[Required action]:
Each line from the start of the records through the line containing "v -10.073 19.664 1.588" is to be transcribed exactly, and no other line is to be included.

[Data extracted from a collection]

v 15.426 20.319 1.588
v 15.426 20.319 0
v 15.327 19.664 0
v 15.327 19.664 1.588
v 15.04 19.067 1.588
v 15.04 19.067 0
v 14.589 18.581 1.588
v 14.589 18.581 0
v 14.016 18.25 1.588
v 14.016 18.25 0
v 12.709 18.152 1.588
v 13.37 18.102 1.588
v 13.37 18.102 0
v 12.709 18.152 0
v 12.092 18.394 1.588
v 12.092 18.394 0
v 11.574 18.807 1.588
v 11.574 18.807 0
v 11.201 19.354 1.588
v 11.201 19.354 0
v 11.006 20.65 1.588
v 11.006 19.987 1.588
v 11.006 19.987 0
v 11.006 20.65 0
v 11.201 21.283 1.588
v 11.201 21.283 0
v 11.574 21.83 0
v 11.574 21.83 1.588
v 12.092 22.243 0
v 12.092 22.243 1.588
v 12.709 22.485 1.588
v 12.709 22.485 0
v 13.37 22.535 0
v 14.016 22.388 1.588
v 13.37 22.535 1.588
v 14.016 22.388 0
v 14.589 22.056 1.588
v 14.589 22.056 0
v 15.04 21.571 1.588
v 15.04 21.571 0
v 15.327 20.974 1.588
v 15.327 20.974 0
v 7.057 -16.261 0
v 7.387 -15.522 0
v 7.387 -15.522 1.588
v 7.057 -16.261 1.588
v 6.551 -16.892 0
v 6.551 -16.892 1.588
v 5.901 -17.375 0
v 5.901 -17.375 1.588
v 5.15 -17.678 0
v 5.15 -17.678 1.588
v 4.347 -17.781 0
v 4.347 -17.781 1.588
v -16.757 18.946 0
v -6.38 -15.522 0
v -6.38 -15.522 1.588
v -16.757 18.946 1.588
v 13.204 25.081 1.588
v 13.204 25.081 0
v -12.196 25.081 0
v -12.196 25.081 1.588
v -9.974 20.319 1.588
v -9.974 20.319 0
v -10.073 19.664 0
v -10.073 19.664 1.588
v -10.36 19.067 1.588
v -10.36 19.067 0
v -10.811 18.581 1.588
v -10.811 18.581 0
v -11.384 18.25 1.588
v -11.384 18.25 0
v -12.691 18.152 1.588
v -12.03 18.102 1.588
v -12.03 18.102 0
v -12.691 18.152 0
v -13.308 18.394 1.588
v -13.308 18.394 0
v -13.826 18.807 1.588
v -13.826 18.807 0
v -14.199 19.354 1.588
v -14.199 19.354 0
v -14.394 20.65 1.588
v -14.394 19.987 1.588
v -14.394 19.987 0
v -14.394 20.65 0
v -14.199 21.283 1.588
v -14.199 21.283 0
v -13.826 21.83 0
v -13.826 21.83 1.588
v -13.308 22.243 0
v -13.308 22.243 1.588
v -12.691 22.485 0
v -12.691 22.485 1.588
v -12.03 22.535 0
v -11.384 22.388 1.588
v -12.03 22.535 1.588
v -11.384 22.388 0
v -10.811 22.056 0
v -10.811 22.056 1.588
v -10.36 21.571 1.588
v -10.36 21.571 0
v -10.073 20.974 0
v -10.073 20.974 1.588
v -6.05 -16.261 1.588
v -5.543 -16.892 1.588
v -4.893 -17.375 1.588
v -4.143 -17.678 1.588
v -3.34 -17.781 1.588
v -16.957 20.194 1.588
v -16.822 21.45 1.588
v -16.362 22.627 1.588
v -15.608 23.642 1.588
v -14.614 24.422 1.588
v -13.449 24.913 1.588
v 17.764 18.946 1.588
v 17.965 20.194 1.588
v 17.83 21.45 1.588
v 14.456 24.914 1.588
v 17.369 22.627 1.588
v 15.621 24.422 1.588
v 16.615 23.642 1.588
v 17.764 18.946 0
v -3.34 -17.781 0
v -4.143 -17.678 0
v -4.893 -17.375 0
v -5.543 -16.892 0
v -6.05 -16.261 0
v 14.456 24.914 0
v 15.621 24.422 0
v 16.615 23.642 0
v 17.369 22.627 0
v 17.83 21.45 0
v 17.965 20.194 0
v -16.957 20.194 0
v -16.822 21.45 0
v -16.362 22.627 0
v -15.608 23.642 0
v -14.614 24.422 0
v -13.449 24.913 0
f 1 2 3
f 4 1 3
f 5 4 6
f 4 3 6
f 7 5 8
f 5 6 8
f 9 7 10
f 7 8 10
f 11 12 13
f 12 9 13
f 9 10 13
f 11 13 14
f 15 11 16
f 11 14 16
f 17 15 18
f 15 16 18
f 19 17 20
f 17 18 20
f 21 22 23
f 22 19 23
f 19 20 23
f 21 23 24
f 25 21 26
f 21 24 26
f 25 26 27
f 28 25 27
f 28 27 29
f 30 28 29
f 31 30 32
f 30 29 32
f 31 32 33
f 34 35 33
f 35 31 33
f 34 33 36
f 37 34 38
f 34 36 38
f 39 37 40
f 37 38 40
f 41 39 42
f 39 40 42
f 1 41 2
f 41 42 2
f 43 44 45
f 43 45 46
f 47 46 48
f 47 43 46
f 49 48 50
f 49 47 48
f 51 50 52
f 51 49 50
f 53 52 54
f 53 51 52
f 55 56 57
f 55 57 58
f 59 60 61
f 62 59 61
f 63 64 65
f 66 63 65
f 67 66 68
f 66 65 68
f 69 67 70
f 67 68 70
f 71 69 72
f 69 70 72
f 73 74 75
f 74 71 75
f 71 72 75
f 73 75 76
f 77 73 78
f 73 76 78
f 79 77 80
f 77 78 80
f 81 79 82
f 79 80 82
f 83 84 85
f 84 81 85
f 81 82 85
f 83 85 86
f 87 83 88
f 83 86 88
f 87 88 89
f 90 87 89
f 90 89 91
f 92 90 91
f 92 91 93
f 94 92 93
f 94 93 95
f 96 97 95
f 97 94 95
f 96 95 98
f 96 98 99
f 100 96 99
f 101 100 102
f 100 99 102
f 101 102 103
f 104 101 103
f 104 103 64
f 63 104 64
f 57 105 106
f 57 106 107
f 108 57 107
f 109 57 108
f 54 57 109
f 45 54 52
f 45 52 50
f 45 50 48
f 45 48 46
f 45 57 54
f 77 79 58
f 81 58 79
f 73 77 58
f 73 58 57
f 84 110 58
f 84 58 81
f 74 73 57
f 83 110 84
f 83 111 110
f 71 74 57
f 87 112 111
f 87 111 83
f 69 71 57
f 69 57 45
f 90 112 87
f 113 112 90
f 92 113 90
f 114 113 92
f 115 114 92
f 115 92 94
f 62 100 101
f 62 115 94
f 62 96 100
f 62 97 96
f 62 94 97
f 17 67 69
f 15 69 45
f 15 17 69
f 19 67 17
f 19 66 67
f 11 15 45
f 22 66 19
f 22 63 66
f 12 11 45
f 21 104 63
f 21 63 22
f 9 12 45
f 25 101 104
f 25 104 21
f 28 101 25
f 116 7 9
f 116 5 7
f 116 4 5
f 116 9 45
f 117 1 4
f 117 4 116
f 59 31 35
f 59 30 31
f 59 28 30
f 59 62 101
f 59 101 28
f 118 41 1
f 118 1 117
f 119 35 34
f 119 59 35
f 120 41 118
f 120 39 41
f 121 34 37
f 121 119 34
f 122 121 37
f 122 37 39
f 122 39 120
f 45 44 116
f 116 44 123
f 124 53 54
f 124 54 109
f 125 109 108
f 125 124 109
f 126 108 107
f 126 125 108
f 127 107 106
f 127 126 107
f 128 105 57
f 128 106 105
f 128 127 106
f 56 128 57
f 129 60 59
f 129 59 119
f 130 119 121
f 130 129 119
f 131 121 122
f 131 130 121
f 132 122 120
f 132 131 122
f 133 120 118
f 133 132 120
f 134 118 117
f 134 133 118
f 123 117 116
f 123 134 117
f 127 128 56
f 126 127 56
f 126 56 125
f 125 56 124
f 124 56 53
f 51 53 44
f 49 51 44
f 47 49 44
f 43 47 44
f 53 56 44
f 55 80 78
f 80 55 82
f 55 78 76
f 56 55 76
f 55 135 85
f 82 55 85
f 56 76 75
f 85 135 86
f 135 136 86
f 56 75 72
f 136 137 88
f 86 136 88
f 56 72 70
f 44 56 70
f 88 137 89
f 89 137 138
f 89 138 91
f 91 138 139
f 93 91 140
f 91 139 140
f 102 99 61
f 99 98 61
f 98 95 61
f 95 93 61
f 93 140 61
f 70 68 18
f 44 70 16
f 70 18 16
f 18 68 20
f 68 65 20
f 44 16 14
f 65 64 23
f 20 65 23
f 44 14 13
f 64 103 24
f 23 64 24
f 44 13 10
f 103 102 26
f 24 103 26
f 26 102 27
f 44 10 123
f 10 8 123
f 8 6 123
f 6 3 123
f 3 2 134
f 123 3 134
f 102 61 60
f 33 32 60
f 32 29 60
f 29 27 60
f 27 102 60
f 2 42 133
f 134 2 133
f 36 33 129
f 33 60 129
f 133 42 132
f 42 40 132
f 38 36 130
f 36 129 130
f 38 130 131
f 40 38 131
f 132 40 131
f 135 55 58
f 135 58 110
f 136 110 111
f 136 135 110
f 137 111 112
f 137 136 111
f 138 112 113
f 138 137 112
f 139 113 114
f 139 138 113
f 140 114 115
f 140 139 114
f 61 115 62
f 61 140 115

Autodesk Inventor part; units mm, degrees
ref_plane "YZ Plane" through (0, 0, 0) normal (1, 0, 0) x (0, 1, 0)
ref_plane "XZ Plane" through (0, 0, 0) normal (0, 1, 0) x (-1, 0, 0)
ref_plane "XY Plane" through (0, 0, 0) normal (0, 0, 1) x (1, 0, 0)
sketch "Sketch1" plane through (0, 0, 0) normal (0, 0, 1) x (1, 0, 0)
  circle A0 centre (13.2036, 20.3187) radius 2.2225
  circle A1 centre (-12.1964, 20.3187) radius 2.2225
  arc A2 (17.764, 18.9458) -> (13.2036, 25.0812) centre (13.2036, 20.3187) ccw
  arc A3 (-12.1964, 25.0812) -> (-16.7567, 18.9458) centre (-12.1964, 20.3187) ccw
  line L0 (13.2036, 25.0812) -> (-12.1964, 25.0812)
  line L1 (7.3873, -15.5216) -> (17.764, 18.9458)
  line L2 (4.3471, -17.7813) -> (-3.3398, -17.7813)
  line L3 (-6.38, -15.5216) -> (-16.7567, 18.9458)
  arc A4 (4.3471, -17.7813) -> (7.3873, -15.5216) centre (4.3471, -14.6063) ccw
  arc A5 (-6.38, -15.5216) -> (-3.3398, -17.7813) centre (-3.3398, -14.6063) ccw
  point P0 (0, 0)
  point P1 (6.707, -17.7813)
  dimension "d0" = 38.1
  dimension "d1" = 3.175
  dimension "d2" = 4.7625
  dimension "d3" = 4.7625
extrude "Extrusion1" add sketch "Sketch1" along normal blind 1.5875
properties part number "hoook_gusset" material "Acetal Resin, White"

[Answer box]:
v 15.426 20.319 1.588
v 15.426 20.319 0
v 15.327 19.664 0
v 15.327 19.664 1.588
v 15.04 19.067 1.588
v 15.04 19.067 0
v 14.589 18.581 1.588
v 14.589 18.581 0
v 14.016 18.25 1.588
v 14.016 18.25 0
v 12.709 18.152 1.588
v 13.37 18.102 1.588
v 13.37 18.102 0
v 12.709 18.152 0
v 12.092 18.394 1.588
v 12.092 18.394 0
v 11.574 18.807 1.588
v 11.574 18.807 0
v 11.201 19.354 1.588
v 11.201 19.354 0
v 11.006 20.65 1.588
v 11.006 19.987 1.588
v 11.006 19.987 0
v 11.006 20.65 0
v 11.201 21.283 1.588
v 11.201 21.283 0
v 11.574 21.83 0
v 11.574 21.83 1.588
v 12.092 22.243 0
v 12.092 22.243 1.588
v 12.709 22.485 1.588
v 12.709 22.485 0
v 13.37 22.535 0
v 14.016 22.388 1.588
v 13.37 22.535 1.588
v 14.016 22.388 0
v 14.589 22.056 1.588
v 14.589 22.056 0
v 15.04 21.571 1.588
v 15.04 21.571 0
v 15.327 20.974 1.588
v 15.327 20.974 0
v 7.057 -16.261 0
v 7.387 -15.522 0
v 7.387 -15.522 1.588
v 7.057 -16.261 1.588
v 6.551 -16.892 0
v 6.551 -16.892 1.588
v 5.901 -17.375 0
v 5.901 -17.375 1.588
v 5.15 -17.678 0
v 5.15 -17.678 1.588
v 4.347 -17.781 0
v 4.347 -17.781 1.588
v -16.757 18.946 0
v -6.38 -15.522 0
v -6.38 -15.522 1.588
v -16.757 18.946 1.588
v 13.204 25.081 1.588
v 13.204 25.081 0
v -12.196 25.081 0
v -12.196 25.081 1.588
v -9.974 20.319 1.588
v -9.974 20.319 0
v -10.073 19.664 0
v -10.073 19.664 1.588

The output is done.